1. If using 0.25% trypsin/EDTA, further dilution is necessary to avoid cell damage in the tissue.

2. The density of intestinal stem cells in the colon is lower than in the small intestine; therefore, it is recommended to use more than two colons to increase cell density.

3. The mouse intestine must be cut into sufficiently small pieces, otherwise it will affect crypt extraction.

4. The serum pipette must be pre-wetted to prevent intestinal fragments or crypts from adhering to the pipette wall. Pre-pipetting with PBS is recommended as a wetting step.

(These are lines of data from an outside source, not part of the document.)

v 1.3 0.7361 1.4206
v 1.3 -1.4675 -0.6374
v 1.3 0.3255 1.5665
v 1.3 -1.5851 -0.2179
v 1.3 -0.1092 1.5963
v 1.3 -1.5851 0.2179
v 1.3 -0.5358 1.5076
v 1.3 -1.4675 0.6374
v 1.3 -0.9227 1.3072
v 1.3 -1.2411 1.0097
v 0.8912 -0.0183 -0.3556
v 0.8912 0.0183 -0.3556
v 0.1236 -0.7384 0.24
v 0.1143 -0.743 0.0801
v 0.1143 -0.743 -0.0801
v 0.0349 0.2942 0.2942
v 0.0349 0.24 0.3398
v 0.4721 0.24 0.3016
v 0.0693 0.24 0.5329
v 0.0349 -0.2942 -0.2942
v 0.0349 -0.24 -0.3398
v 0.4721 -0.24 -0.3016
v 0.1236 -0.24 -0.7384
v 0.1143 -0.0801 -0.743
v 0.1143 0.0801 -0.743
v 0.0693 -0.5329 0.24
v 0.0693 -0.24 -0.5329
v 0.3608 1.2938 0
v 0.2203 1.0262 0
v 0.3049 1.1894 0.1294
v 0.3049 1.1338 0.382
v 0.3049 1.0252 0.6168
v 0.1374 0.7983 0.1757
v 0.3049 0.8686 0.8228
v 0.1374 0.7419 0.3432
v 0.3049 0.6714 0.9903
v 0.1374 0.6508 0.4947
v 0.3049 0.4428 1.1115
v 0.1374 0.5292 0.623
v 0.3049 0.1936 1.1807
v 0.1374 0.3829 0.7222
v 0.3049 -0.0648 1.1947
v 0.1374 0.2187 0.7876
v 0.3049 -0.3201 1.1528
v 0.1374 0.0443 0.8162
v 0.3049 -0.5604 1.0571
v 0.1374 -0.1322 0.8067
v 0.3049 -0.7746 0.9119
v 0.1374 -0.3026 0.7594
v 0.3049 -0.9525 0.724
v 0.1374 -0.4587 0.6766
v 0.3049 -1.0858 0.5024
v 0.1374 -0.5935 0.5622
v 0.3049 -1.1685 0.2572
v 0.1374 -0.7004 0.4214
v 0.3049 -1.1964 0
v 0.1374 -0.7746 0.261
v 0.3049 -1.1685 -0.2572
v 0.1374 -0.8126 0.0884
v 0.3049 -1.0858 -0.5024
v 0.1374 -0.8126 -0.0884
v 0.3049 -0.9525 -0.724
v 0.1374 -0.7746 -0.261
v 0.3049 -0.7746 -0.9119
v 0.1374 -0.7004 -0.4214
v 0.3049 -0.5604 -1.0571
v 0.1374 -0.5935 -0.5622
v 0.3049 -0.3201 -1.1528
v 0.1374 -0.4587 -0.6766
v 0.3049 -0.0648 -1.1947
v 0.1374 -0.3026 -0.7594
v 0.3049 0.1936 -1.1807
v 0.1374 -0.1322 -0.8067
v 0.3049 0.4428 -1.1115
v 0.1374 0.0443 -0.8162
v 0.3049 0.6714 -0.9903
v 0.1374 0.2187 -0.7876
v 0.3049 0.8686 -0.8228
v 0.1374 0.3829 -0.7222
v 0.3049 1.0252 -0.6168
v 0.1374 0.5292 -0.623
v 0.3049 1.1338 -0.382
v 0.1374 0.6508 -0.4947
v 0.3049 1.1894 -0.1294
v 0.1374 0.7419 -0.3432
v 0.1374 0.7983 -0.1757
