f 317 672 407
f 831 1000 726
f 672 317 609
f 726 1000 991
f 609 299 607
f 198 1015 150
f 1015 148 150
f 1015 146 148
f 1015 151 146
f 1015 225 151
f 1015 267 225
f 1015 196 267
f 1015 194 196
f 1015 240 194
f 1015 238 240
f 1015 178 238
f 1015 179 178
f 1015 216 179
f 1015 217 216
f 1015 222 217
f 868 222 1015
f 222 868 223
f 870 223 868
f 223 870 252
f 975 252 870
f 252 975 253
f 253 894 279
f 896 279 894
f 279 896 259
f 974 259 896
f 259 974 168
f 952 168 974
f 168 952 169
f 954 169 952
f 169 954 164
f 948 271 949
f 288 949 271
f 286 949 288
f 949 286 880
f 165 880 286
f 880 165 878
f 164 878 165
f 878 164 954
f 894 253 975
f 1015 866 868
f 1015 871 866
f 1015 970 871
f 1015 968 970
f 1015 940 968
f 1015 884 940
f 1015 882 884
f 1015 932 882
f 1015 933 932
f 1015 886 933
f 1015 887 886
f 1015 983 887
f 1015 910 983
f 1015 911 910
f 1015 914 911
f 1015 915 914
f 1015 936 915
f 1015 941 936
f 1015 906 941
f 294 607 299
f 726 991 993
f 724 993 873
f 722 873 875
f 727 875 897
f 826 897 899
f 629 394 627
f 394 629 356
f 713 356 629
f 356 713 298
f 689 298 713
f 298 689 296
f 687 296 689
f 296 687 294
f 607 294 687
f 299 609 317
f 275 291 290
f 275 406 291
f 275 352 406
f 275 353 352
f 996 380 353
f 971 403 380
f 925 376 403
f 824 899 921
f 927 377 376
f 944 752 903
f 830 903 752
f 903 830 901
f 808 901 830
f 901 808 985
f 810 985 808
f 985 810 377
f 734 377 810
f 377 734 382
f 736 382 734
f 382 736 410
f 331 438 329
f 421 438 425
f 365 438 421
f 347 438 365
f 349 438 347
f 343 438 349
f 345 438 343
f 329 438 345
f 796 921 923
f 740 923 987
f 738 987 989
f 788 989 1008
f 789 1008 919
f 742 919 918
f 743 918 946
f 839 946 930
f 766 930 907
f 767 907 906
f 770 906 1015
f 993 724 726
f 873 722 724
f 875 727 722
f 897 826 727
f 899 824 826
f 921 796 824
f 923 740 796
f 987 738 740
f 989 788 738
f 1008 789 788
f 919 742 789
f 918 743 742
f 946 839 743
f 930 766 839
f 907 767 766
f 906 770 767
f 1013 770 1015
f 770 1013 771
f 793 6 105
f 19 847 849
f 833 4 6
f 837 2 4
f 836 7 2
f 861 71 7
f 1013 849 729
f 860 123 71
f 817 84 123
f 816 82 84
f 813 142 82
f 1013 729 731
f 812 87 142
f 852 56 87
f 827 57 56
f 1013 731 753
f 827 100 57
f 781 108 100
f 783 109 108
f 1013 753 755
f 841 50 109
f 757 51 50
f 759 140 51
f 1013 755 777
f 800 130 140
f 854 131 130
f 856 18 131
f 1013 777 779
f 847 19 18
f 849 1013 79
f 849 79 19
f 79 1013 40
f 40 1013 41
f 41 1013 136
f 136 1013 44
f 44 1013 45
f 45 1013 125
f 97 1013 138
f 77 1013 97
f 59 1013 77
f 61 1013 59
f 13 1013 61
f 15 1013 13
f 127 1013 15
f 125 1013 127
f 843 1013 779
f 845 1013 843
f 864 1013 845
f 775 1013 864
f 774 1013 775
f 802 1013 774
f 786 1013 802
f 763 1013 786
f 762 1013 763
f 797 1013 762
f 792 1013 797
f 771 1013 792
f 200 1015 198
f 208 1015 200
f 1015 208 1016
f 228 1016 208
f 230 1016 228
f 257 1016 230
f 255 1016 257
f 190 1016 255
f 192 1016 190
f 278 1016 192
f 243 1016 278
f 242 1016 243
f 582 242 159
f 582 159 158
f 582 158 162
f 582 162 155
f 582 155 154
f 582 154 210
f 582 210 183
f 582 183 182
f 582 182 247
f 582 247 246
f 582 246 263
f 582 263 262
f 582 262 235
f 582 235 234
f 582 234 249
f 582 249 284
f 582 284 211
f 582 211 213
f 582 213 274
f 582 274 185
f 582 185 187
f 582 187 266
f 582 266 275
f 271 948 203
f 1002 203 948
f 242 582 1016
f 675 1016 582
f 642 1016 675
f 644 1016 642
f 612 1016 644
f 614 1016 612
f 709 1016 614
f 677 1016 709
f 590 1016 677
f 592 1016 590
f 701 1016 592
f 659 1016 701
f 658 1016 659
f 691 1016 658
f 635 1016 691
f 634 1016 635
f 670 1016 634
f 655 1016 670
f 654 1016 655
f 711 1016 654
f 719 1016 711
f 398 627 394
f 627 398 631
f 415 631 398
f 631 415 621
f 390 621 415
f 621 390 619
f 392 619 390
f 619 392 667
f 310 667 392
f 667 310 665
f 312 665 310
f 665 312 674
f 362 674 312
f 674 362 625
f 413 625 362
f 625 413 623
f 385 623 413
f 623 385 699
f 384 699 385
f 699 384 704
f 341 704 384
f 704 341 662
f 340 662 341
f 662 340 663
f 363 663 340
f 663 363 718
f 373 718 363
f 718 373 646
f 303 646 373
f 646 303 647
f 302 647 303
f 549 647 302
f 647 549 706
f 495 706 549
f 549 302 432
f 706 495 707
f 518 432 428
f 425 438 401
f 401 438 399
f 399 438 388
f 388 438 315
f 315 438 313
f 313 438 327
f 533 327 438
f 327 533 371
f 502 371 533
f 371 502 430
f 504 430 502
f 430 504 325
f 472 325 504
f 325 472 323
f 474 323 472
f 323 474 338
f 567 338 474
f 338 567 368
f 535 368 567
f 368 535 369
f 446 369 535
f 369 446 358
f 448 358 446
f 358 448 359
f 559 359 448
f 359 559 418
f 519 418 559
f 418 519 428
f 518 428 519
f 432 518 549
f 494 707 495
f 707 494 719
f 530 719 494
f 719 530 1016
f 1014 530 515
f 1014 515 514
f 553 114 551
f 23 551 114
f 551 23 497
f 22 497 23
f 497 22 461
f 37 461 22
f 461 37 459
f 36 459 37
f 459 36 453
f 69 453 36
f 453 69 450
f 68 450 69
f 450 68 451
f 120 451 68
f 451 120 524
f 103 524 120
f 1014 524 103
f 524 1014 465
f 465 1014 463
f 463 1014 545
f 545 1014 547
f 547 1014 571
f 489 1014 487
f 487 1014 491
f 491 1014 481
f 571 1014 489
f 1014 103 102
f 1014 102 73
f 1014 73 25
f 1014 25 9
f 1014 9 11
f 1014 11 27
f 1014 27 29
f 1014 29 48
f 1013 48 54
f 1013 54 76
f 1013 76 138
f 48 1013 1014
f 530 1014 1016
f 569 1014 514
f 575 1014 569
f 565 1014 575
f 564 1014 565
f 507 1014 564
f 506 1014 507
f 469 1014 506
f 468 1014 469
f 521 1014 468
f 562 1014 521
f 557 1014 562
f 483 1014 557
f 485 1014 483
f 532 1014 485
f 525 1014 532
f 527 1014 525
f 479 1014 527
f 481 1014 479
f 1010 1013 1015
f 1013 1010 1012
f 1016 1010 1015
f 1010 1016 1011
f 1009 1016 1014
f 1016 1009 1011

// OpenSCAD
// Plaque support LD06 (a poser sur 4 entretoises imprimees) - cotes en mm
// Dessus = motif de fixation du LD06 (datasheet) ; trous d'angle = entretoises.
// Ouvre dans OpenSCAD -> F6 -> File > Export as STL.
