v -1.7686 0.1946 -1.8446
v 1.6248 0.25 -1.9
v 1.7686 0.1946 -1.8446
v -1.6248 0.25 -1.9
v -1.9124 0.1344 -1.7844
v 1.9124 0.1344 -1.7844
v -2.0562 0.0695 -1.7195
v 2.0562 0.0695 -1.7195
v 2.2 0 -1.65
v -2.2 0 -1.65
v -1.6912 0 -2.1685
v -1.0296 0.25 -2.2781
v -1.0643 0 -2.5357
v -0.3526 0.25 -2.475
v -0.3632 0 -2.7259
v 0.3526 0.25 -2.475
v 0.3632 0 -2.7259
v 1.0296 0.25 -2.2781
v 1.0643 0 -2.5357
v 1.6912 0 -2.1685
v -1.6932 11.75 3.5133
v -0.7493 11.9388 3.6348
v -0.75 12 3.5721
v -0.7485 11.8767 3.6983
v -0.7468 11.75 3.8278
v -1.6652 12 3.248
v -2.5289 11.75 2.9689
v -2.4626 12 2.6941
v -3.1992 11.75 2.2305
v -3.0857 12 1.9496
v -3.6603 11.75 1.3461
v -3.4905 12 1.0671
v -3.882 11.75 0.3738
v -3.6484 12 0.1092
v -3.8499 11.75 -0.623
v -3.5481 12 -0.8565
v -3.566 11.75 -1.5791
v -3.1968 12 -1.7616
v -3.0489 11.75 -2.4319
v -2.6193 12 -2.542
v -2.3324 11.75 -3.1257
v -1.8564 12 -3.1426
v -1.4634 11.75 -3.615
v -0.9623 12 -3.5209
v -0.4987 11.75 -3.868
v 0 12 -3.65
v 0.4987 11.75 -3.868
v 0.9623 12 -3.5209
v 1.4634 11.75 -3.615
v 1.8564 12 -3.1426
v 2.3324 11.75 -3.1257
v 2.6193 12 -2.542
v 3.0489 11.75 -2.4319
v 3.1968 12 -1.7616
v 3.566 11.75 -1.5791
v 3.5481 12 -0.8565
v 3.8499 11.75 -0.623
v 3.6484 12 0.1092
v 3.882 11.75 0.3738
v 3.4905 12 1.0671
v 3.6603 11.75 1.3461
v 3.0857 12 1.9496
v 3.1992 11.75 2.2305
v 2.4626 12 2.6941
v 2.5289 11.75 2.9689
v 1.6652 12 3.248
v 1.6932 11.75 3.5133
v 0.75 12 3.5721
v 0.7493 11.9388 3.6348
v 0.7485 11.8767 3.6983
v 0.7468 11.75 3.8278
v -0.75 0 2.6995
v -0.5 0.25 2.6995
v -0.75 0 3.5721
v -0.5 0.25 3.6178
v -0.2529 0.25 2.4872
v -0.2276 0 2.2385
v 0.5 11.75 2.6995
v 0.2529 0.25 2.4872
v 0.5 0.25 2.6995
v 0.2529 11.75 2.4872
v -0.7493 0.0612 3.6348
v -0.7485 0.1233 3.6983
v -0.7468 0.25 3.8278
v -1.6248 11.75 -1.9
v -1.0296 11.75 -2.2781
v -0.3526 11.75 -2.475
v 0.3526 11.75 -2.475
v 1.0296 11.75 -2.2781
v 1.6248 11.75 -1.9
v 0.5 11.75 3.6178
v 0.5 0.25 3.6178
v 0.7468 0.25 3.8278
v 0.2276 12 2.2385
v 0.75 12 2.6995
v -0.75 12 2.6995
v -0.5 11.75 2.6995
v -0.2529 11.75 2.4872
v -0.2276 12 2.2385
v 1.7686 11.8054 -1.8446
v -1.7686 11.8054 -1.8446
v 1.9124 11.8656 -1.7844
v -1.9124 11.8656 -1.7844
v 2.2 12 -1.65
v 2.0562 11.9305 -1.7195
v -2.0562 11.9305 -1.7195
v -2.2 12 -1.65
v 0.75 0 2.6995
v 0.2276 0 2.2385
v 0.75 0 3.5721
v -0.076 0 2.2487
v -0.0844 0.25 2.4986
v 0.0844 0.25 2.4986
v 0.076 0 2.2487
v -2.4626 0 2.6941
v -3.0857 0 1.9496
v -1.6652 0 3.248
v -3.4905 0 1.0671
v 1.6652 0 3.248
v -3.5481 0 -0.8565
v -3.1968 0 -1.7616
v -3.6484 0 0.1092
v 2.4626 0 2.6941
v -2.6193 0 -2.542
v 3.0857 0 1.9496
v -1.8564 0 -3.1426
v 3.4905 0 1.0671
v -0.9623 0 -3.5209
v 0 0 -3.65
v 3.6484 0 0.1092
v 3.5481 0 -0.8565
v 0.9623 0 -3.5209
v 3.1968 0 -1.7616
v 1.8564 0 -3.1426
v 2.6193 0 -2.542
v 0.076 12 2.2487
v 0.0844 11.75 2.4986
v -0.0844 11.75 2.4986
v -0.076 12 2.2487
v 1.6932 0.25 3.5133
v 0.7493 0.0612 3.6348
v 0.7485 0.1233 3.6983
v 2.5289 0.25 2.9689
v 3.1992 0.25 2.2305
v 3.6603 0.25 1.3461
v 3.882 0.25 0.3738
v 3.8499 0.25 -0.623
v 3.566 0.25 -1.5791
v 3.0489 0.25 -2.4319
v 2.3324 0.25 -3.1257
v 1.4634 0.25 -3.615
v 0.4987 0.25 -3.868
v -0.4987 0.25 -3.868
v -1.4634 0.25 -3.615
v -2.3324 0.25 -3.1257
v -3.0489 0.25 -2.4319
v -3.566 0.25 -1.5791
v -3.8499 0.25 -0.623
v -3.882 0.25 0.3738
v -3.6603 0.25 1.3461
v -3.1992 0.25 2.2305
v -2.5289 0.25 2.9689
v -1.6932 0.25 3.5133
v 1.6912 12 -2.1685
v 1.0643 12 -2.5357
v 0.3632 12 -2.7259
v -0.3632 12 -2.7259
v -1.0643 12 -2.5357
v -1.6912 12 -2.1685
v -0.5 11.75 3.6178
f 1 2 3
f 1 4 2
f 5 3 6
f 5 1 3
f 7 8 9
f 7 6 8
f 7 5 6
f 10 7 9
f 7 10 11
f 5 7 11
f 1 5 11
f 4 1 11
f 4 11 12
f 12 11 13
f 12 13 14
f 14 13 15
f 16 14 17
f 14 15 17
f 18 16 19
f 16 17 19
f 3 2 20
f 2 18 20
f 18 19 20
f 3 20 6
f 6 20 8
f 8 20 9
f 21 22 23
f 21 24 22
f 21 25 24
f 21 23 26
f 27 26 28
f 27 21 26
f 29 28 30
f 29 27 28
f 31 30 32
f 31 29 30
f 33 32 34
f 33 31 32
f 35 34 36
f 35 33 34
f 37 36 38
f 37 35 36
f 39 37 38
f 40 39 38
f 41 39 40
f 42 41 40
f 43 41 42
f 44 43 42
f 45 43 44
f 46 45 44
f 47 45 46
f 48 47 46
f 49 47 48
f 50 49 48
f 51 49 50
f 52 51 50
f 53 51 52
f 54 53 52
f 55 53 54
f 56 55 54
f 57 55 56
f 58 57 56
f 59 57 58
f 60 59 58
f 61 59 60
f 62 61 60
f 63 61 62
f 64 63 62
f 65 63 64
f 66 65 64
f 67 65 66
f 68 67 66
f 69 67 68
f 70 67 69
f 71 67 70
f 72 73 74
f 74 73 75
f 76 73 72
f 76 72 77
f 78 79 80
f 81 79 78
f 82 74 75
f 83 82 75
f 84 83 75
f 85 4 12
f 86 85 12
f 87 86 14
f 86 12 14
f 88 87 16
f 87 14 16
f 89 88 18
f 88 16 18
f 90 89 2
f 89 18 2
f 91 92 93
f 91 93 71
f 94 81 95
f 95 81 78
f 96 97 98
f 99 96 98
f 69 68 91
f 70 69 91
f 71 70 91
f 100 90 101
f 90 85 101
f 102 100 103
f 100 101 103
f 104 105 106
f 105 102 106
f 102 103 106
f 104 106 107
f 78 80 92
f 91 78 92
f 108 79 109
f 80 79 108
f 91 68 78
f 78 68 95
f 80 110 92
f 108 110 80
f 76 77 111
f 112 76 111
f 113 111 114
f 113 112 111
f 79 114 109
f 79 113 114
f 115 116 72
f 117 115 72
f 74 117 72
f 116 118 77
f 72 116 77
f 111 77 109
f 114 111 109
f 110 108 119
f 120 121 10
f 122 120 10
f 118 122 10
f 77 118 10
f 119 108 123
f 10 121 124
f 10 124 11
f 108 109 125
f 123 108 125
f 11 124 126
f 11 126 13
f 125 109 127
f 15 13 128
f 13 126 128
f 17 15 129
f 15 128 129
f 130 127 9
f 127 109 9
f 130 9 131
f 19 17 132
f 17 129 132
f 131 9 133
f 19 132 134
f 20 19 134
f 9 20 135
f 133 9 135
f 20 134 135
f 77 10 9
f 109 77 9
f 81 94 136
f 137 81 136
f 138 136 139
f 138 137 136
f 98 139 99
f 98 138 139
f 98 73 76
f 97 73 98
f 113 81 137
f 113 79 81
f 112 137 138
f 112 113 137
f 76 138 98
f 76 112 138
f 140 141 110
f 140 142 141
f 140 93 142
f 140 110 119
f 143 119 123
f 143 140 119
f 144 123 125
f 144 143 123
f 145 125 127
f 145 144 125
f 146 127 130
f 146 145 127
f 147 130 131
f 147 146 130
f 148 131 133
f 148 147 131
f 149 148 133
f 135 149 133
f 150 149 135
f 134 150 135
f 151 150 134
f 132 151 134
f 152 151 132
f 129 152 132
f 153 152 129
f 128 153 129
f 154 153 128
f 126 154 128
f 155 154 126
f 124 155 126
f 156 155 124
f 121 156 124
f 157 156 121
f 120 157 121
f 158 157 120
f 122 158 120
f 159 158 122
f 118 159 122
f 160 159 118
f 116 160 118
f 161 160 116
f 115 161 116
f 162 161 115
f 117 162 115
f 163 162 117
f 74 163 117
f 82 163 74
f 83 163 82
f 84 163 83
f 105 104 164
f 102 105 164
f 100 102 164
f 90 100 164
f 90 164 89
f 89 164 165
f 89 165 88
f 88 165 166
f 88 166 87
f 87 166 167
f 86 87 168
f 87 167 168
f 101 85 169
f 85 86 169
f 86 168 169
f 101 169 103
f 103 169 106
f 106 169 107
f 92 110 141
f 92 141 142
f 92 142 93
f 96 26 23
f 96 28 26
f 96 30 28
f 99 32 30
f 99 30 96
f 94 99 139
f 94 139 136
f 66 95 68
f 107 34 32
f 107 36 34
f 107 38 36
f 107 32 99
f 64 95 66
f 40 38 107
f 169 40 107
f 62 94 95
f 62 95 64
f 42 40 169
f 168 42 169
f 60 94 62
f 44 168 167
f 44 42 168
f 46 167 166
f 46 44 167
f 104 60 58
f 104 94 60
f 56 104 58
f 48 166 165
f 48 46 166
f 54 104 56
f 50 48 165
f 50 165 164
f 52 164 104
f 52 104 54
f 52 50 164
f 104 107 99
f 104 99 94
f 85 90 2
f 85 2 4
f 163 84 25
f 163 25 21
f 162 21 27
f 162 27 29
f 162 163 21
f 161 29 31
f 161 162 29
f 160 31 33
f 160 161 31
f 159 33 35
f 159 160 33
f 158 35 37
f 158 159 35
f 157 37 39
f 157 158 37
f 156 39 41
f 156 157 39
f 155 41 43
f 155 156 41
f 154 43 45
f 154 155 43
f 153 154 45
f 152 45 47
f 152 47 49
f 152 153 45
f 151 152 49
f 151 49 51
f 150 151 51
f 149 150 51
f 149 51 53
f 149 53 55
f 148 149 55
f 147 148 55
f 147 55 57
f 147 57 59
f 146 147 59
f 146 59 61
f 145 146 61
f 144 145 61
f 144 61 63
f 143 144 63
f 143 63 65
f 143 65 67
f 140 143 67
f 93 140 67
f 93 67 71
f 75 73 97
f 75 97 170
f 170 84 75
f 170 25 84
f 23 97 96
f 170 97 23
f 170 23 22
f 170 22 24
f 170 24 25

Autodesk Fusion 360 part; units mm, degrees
sketch "Sketch1" plane through (0, 0, 0) normal (0, 1, 0) x (1, 0, 0) in component "Coupler"
  circle A0 centre (0, 0) radius 3.9
  circle A1 centre (0, 0) radius 2.5
  line L0 (0, 0) -> (0, 1.9) construction
  line L1 (0, 1.9) -> (1.6248, 1.9)
  line L2 (0, 1.9) -> (-1.6248, 1.9)
  line L3 (0, 0) -> (0, -1.6667) construction
  line L4 (0, -1.6667) -> (0.5, -1.6667) construction
  line L5 (0, -1.6667) -> (-0.5, -1.6667) construction
  line L6 (0.5, -1.6667) -> (0.5, -3.8678)
  line L7 (-0.5, -1.6667) -> (-0.5, -3.8678)
  dimension "d6" = 7.8
  dimension "d7" = 5
  dimension "d8" = 1.9
  dimension "d9" = 1.6667
  dimension "d10" = 0.5
  dimension "d11" = 0.5
extrude "Extrude1" add sketch "Sketch1" along normal blind 12 contours A0 A1 L6 L7 | A1 L1 L2 picked at (-1.1759, -3.2181) picked at (-0.4526, -0.9659) in component "Coupler"
chamfer "Chamfer1" distance 0.25 angle 45 4 faces at (-0.1667, 12, -0.4502) (-0.1667, 0, -0.4502) (-0.5, 4, 2.9223) (0.5, 4, 2.9223) in component "Coupler"
component "Coupler" placed x (1, 0, 0) y (0, 1, 0) z (0, 0, 1) at (0, 0, 0)
equation "MotorShaftDiameter = 5 mm"
equation "MotorShaftKeyDiameter = 4.4 mm"
equation "CouplerDiameter = 7.8 mm"
equation "CouplerHeight = 12 mm"
equation "Gap = 1 mm"
equation "d6 = CouplerDiameter"
equation "d7 = MotorShaftDiameter"
equation "d8 = MotorShaftKeyDiameter - MotorShaftDiameter / 2"
equation "d9 = MotorShaftDiameter / 3"
equation "d10 = Gap / 2"
equation "d11 = d10"
equation "d12 = CouplerHeight"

5. The matrix gel must be handled on ice; it easily thickens or solidifies at room temperature. When mixing the matrix gel with crypts, gentle pipetting is essential; air bubbles can easily cause gel dispersion or even dissolution during later culture.

6. When adding culture medium, do not add it directly to the matrix gel droplets to avoid damaging them. The culture medium must also be brought to room temperature before use; adding refrigerated medium directly to the culture wells can easily damage the gel droplets.

7. To accelerate the complete solidification of Matrigel, the culture plates can be preheated in a CO₂ incubator at 37°C.

8. After organoid construction, organoid characterization is crucial for downstream applications. Initially, morphology can be observed using microscopy and H&E staining; then, Western blotting, qRT-PCR, immunofluorescence, and flow cytometry can be used to detect whether the organoid expresses the corresponding biomarker; gene sequencing can identify whether the cultured organoid has lost certain features; and for some organoids, their functional status can also be determined.

Mouse small intestinal organoids are a revolutionary technology that simulates the structure of the real intestine in three-dimensional culture, providing a powerful platform that closely resembles the in vivo environment for disease research, drug screening, and developmental biology. Successfully culturing mouse small intestinal organoids is an art combining precise manipulation, high-quality matrix gel, and a culture medium containing core factors. By mastering the principles and strictly controlling the details, you can recreate a vibrant "mini-gut" in a petri dish.